# Jobsite damage



## ProWallGuy (Apr 7, 2007)

Somebody will probably get fired over this one. The area was freshly landscaped. The lift weighs approximately 25,000 lbs.


----------



## HomeGuardPaints (Jan 17, 2008)

The idiot drove 100ft after the lift was sinking 10 inches, what did he think the result would be?


----------



## Workaholic (Apr 17, 2007)

Yeah someone may get fired over that, it is a shame that common sense is not some thing everyone has.


----------



## Kelly Painting (Apr 17, 2007)

I've done it.

Millstone Nuclear Power Plant in C.T

Ground was wetter than I thought... went about 50 ft and sunk down.
1st was the regular tow truck..... then they got stuck...I could see my boss getting frustrated....then we had to have a very large tractor trailer tow truck 
get the smaller one out, then me. My boss just brought grass seed and some metal rakes..... we just leveled the best we could and sprinkle seed. 

We were there for a while after and noticed it grew back just fine.

P.S....I was lifting the boom with my boss on site, and I hit a bubbled security camera...the control room must have seen it coming.

Ya, the things we did when we worked for others....the same stuff we scream about to the guys who work for us .


----------



## JNLP (Dec 13, 2007)

One of the guys where I used to work at did that once. I was one of the lucky ones filling it all back in & making it look pretty again.


----------



## cole191919 (Jan 10, 2008)

Did he really need that big of a lift to trim that 8 foot tree?


----------



## T200 (Nov 11, 2007)

One of my guys discovered this type of brick wall falls down pretty easily 
(wall after being tapped & after being rebuilt)


----------



## timhag (Sep 30, 2007)

T200 said:


> One of my guys discovered this type of brick wall falls down pretty easily
> (wall after being tapped & after being rebuilt)


DAYUM ......was customer happy with repair?

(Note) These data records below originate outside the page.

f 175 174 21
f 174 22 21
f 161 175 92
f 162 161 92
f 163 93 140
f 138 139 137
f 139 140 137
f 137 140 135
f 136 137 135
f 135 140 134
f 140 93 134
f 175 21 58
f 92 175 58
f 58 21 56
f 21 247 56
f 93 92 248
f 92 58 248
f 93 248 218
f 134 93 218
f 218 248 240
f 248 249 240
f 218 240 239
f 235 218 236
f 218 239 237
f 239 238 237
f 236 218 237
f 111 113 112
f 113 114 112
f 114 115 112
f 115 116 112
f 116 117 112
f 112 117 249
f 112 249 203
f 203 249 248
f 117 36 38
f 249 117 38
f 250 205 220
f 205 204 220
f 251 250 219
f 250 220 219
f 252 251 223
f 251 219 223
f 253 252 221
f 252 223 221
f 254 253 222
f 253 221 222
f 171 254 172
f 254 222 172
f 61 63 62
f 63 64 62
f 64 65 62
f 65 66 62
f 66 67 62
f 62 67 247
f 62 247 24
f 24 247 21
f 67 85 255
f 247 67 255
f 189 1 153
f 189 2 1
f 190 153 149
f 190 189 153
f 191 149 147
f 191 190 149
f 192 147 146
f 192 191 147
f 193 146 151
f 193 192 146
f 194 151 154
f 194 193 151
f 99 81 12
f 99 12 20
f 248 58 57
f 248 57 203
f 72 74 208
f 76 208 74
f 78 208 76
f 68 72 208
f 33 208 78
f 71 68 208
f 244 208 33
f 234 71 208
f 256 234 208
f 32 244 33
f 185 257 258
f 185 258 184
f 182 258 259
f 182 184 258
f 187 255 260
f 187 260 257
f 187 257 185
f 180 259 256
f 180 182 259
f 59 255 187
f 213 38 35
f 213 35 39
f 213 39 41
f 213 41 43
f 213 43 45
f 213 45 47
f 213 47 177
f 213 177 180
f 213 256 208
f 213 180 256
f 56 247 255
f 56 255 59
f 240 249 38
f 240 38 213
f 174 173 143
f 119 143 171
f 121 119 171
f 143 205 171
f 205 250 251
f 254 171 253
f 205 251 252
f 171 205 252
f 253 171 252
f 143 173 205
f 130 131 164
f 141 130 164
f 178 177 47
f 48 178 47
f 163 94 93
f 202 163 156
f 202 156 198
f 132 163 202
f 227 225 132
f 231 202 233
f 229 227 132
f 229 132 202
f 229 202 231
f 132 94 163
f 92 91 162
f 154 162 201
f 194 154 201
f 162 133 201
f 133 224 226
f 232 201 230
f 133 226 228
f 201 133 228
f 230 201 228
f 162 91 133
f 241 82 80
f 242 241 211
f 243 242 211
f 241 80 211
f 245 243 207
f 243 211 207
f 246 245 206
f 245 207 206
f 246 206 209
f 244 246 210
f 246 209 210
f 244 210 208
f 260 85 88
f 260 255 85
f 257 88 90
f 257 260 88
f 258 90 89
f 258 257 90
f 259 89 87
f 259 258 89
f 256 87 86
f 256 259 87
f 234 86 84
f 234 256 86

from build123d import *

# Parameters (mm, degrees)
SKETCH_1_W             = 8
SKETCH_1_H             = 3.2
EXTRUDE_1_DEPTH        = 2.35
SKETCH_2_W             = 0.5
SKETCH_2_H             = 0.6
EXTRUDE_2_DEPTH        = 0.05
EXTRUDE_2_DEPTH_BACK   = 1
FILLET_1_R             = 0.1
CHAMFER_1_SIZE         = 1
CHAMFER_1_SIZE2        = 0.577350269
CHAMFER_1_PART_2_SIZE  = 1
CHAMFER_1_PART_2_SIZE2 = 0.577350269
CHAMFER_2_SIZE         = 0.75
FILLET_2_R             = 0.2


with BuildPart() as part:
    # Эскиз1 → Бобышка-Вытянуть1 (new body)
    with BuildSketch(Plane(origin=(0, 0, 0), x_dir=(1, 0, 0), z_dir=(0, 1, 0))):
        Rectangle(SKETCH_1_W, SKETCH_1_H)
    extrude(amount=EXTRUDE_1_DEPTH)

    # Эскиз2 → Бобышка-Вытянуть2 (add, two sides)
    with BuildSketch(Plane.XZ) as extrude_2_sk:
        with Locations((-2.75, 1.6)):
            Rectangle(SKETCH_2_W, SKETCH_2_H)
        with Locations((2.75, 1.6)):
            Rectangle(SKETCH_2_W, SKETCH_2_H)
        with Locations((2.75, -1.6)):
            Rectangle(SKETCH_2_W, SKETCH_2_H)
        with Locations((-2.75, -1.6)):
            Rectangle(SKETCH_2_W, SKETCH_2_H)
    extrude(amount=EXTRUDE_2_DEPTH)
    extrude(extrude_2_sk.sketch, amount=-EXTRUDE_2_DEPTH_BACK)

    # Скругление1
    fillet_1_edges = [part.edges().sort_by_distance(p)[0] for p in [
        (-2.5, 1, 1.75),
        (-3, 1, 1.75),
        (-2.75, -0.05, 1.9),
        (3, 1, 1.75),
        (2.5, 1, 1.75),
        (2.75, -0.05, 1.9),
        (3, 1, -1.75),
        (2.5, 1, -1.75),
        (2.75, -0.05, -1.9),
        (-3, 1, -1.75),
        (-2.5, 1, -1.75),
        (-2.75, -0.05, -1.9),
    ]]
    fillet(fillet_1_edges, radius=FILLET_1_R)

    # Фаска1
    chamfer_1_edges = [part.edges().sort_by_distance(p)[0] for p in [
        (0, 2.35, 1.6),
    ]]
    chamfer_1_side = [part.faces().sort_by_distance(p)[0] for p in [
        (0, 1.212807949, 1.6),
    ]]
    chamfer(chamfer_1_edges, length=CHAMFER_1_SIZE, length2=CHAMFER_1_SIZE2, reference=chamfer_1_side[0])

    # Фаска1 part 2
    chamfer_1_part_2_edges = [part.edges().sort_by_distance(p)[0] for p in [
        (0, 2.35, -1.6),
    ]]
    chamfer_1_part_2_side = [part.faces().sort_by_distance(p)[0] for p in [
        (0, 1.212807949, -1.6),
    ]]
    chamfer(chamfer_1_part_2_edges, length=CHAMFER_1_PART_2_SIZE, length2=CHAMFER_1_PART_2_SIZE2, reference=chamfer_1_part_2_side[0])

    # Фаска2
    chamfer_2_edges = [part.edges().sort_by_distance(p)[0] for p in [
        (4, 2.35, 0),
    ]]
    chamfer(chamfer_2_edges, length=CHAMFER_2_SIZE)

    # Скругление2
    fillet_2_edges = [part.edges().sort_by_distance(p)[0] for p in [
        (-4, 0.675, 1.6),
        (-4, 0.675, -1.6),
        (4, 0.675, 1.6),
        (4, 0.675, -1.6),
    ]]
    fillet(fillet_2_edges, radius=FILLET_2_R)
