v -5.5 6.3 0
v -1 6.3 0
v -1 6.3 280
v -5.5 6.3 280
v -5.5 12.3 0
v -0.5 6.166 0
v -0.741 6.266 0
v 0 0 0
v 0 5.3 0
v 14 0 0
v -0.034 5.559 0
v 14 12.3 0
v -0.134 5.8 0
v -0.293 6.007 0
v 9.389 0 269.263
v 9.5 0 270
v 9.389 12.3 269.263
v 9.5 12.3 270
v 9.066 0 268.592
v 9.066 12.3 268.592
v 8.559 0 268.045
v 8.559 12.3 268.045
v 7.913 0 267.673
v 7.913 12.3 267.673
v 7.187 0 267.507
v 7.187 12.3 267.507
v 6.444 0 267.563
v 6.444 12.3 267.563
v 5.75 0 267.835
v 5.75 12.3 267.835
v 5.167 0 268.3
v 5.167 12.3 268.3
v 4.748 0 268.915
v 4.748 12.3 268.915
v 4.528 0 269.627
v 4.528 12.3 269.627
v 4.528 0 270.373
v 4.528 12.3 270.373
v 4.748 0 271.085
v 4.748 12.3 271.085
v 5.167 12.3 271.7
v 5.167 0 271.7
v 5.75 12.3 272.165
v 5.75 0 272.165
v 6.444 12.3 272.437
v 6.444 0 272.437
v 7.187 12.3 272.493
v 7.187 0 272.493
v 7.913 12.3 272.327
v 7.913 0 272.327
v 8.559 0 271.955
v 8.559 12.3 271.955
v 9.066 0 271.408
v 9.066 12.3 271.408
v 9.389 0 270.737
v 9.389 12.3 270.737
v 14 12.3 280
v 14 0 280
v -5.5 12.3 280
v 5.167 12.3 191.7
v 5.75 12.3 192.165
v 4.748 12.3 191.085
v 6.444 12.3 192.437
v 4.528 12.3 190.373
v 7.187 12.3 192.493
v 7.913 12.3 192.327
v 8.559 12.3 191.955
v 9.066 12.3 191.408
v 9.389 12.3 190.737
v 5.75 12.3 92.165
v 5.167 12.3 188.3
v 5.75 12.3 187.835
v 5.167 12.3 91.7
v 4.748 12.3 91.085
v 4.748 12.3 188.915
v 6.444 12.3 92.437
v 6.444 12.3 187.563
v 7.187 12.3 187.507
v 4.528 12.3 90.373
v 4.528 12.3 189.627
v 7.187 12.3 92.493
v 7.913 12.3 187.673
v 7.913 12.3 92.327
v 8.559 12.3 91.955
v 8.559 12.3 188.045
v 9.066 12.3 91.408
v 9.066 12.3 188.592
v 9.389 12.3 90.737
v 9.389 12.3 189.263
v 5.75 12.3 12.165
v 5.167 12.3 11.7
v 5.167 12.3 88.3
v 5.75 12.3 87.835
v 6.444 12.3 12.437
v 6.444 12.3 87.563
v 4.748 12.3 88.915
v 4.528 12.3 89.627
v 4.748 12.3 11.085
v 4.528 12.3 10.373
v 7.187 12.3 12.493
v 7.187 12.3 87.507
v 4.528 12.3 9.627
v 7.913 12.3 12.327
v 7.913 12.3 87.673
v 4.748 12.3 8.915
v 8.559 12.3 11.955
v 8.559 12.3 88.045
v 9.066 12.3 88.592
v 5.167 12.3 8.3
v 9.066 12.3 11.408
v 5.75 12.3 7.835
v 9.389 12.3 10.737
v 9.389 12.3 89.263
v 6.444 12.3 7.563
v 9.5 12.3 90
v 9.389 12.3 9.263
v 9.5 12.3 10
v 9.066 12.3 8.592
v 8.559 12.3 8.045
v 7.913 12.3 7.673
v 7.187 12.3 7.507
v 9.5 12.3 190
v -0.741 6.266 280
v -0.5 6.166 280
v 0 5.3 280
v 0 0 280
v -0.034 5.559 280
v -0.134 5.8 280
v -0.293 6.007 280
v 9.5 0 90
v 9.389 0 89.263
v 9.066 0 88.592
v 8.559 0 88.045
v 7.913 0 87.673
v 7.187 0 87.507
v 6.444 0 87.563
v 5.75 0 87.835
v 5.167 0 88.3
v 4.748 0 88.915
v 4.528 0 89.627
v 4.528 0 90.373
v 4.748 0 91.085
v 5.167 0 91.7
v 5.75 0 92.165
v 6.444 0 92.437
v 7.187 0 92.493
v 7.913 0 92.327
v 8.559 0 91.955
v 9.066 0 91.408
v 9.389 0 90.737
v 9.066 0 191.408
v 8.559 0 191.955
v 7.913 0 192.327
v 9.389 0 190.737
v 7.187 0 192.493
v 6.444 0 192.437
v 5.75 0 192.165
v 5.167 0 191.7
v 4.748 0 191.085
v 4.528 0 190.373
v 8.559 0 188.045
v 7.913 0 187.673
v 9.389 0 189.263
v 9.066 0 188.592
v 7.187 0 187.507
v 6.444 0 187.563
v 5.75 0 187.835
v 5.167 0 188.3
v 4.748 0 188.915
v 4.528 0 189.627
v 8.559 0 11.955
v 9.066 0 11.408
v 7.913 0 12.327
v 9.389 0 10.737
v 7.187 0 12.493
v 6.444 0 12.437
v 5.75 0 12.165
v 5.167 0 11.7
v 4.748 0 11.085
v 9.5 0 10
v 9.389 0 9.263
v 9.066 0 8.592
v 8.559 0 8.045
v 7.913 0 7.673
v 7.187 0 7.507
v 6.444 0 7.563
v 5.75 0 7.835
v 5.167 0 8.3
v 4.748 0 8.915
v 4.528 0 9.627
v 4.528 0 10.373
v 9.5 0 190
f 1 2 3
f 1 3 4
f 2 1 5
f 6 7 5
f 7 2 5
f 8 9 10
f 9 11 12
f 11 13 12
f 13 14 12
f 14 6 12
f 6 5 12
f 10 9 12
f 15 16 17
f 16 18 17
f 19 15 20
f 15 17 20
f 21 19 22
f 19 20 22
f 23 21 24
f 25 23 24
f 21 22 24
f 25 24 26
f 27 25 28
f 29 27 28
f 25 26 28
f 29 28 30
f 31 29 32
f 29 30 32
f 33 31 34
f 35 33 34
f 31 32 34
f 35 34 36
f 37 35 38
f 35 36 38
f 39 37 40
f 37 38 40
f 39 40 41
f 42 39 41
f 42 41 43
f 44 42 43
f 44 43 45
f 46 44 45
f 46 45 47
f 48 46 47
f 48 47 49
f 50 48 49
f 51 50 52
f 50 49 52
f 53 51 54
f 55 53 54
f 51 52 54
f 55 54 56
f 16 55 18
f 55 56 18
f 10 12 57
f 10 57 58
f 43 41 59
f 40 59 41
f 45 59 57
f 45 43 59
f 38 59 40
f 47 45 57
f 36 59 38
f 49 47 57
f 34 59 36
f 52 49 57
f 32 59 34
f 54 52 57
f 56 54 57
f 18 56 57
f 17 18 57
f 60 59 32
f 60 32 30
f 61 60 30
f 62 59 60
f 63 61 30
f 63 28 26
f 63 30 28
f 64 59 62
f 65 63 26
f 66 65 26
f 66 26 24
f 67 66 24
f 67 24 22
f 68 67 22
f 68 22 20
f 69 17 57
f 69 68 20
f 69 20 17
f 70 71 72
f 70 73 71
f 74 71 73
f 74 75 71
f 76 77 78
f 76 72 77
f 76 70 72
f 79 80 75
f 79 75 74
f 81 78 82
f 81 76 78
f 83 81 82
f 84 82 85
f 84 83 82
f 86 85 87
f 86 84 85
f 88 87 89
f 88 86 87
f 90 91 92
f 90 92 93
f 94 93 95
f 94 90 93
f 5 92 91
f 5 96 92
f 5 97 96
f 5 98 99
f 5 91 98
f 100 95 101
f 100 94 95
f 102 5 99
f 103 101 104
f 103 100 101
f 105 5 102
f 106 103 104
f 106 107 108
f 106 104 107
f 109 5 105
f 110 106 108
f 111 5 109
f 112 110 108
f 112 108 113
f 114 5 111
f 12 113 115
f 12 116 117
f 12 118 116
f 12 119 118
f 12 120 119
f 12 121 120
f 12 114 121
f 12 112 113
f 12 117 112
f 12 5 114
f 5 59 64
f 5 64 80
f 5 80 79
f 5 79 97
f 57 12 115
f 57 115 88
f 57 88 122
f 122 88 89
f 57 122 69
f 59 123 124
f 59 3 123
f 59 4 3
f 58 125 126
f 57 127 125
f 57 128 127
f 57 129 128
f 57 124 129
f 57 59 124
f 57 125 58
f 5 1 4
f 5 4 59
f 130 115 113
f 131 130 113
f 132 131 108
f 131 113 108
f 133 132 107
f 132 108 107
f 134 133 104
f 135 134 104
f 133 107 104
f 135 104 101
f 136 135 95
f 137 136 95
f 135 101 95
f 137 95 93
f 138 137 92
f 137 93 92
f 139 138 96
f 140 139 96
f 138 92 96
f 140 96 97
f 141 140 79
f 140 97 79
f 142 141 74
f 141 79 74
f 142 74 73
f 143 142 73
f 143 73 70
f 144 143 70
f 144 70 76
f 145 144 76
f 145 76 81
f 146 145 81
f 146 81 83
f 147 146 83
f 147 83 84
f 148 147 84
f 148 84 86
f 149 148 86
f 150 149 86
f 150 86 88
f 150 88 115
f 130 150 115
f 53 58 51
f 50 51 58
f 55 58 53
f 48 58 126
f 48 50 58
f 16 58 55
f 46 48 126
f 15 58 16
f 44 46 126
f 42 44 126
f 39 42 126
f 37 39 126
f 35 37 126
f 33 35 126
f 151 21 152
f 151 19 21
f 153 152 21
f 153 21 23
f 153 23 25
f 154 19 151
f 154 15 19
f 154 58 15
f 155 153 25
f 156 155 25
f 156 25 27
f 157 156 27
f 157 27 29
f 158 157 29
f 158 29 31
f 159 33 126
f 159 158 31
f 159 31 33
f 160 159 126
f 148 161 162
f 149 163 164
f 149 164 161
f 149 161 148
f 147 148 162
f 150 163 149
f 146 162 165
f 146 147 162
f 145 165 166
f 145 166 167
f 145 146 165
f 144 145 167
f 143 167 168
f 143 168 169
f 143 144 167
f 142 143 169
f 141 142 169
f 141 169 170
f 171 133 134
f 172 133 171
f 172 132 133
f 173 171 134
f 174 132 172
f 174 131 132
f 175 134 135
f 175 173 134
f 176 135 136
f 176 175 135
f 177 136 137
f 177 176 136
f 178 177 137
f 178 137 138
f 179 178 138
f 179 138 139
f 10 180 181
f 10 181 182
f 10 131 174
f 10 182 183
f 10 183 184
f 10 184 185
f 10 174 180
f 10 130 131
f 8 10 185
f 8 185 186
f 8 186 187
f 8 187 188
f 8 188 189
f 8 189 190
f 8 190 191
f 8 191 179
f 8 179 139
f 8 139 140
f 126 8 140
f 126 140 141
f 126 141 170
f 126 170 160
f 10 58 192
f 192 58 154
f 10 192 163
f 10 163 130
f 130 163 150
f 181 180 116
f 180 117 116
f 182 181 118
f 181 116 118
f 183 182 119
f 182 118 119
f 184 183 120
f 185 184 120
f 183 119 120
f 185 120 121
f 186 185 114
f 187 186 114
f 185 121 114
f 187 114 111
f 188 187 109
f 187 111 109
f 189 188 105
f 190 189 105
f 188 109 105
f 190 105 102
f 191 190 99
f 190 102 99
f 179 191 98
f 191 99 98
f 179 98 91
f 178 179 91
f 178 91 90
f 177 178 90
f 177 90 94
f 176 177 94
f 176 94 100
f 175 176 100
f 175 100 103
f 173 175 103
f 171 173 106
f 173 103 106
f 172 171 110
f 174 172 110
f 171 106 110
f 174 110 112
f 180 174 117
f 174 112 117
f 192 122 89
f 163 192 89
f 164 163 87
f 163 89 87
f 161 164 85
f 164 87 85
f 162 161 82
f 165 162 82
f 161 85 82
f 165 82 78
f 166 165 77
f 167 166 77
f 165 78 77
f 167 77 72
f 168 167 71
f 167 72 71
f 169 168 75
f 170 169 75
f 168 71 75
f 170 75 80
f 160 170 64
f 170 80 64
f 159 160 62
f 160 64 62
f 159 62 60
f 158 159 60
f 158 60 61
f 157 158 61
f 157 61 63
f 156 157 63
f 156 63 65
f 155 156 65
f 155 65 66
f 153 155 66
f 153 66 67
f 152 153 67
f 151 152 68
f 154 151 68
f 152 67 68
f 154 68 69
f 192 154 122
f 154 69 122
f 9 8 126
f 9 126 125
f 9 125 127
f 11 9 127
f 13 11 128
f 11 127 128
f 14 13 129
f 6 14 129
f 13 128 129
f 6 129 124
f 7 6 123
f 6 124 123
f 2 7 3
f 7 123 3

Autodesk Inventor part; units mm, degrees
ref_plane "YZ Plane" through (0, 0, 0) normal (1, 0, 0) x (0, 1, 0)
ref_plane "XZ Plane" through (0, 0, 0) normal (0, 1, 0) x (-1, 0, 0)
ref_plane "XY Plane" through (0, 0, 0) normal (0, 0, 1) x (1, 0, 0)
sketch "Sketch1" plane through (0, 0, 0) normal (0, 0, 1) x (1, 0, 0)
  line L0 (14, 12.3) -> (14, 0)
  line L1 (14, 0) -> (0, 0)
  line L2 (0, 0) -> (0, 6.3)
  line L3 (-5.5, 12.3) -> (14, 12.3)
  line L4 (0, 6.3) -> (-5.5, 6.3)
  line L5 (-5.5, 6.3) -> (-5.5, 12.3)
  dimension "d1" = 6.3
  dimension "d2" = 6
  dimension "d4" = 14
  dimension "d5" = 5.5
extrude "Extrusion1" add sketch "Sketch1" along normal blind 280
sketch "Sketch2" plane through (-5.5, 12.3, 0) normal (0, 1, 0) x (1, 0, 0)
  circle A0 centre (12.5, -270) radius 2.5
  circle A1 centre (12.5, -10) radius 2.5
  circle A2 centre (12.5, -190) radius 2.5
  line L0 (19.5, -280) -> (0, -280) projected
  line L1 (19.5, 0) -> (19.5, -280) projected
  line L2 (19.5, 0) -> (0, 0) projected
  circle A3 centre (12.5, -90) radius 2.5
  point P0 (5.5, 0)
  dimension "d8" = 5
  dimension "d9" = 10
  dimension "d10" = 7
  dimension "d11" = 10
  dimension "d12" = 7
  dimension "d13" = 7
  dimension "d14" = 90
  dimension "d15" = 5
  dimension "d16" = 90
  dimension "d17" = 7
extrude "Extrusion2" cut sketch "Sketch2" against normal through all
fillet "Fillet1" radius 1 1 edges at (0, 6.3, 140)
properties part number "1324_Clamp Rail_V1" material "Acetal Resin, White"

Usually they start nitpicking after something like this happens. Did they want you to replace the ground cover, was the tree in the same spot?


----------



## T200 (Nov 11, 2007)

timhag said:


> DAYUM ......was customer happy with repair? Usually they start nitpicking after something like this happens. Did they want you to replace the ground cover, was the tree in the same spot?


The customer was very good about it (the Board of a condo building).
They weren't pleased with the first rebuild of the wall--all those holes were in a very crooked line (valid complaint). So I had the brickmason tear down about 8 courses of brick and redo it. I was lucky, though. The brick mason was a retired guy who does that stuff just to keep himself occupied. I think it cost me about $800 to have it rebuilt (another estimate was $2,000).
We didn't have to replace groundcover, and tree stayed there where it was originally...we just rebuilt the wall.

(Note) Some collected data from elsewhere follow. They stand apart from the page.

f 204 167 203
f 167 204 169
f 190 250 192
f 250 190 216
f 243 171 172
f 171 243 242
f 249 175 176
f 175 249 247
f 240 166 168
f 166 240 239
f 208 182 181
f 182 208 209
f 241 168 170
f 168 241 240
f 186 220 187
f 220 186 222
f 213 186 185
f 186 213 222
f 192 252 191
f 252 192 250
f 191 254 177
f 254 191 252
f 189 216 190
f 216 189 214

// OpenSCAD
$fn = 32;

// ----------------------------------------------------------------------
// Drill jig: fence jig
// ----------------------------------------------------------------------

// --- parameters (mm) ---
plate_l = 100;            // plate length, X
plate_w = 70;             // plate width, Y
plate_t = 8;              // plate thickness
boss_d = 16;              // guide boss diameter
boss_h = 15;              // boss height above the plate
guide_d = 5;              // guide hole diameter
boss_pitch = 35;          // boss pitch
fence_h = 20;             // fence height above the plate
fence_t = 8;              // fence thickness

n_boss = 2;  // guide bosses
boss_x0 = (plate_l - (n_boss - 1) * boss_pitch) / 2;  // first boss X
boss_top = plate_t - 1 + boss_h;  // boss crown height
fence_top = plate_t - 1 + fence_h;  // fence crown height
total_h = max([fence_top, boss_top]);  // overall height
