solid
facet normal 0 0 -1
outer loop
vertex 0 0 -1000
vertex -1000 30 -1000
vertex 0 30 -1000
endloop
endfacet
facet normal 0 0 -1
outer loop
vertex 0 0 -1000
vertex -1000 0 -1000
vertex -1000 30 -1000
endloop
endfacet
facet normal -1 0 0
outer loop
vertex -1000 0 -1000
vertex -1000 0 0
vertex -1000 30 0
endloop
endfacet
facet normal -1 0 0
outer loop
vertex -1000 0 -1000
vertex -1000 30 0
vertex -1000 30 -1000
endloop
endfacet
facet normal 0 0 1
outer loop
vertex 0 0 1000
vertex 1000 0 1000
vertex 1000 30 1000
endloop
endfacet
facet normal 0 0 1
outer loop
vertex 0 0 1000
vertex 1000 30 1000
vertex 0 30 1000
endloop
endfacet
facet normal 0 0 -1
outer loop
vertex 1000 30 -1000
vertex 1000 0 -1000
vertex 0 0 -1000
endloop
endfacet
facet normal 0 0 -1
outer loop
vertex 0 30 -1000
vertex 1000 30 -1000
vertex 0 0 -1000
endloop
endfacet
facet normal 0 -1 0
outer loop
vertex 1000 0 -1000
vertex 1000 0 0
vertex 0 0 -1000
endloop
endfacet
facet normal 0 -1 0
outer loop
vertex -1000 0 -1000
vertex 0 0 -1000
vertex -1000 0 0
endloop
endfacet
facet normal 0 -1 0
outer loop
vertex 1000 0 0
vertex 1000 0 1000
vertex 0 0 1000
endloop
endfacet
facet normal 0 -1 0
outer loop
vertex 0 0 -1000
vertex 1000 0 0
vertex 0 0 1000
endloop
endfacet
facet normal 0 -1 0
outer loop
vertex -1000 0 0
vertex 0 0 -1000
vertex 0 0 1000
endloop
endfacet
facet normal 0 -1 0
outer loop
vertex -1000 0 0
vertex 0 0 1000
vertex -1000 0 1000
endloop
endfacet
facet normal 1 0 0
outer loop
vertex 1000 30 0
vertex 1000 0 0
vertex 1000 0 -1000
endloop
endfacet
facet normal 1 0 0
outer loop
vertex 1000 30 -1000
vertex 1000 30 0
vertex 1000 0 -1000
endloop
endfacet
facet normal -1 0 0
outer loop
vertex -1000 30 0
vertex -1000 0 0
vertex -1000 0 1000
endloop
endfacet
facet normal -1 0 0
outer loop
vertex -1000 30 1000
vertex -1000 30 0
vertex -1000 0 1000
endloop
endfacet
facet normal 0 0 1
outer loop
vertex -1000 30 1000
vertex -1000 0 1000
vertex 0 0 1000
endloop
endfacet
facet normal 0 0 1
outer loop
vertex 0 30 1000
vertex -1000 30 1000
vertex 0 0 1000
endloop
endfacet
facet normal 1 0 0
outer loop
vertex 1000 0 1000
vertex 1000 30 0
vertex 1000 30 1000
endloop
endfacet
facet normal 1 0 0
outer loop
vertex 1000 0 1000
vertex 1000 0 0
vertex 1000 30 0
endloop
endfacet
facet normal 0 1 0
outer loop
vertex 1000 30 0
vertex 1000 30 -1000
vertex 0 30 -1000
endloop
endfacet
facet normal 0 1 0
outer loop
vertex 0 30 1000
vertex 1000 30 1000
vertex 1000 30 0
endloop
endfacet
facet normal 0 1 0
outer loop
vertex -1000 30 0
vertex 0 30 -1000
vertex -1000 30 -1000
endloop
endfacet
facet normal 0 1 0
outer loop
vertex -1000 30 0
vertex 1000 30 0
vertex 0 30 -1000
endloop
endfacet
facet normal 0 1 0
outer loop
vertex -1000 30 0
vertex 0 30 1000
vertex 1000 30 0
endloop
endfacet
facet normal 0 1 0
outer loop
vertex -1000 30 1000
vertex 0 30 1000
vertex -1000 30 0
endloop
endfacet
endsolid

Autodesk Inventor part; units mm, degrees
ref_plane "YZ Plane" through (0, 0, 0) normal (1, 0, 0) x (0, 1, 0)
ref_plane "XZ Plane" through (0, 0, 0) normal (0, 1, 0) x (-1, 0, 0)
ref_plane "XY Plane" through (0, 0, 0) normal (0, 0, 1) x (1, 0, 0)
sketch "Szkic1" plane through (0, 0, 0) normal (0, 1, 0) x (-1, 0, 0)
  line L0 (0, 0) -> (1000, 0) construction
  line L1 (1000, 0) -> (1000, -1000)
  line L2 (1000, -1000) -> (0, -1000)
  line L3 (0, -1000) -> (0, 0) construction
  line L4 (1000, 0) -> (1000, 1000)
  line L5 (1000, 1000) -> (0, 1000)
  line L6 (-1000, 0) -> (-1000, -1000)
  line L7 (-1000, -1000) -> (0, -1000)
  line L8 (-1000, 0) -> (-1000, 1000)
  line L9 (-1000, 1000) -> (0, 1000)
  point P0 (500, -1000)
  point P1 (500, 0)
  dimension "d0" = 1000
  dimension "d1" = 1000
extrude "Wyciągnięcie proste1" add sketch "Szkic1" along normal blind 30
properties part number "podstawa_plyta_200_200_3"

The guys also cracked a double-pane double-hung window by smacking the bucket into it, so I also had to buy a sash (about $200).


----------



## Tmrrptr (May 4, 2007)

The video mess was caused by someone who had to return a rented lift.

He had no intention of going DOWN thataways!

Get in a little slick mud, it's hard to keep 25k lbs from going where it wants.

I once got drafted to pull a 60 ton crane out with a 6 wheel drive JD motorgrader after a roadway around a pond slumped a bit... All well and good, we tugged on him with chains and cables and got him out to better footing...

So I continued on, to run the blade over the roadway and patch it up.
Just as I thought I was near done, the non-compacted earth slumped AGAIN and front wheel dropped a bit down the 45* bank. The grader did not have enough low end power to fight the bank and I ended up with BOTH front wheels in the drink! Far worse than the crane had been.
Fortunately he had not yet left town, and he returned and pulled me out.

Happens all the time.. Big things happen to big stuff! Easily, too.


----------



## Joewho (Apr 17, 2007)

Worked in a gravel pit long time ago. Lots of stuff like this. Crane accidents are spectacular. Especially when they go into the lake.


----------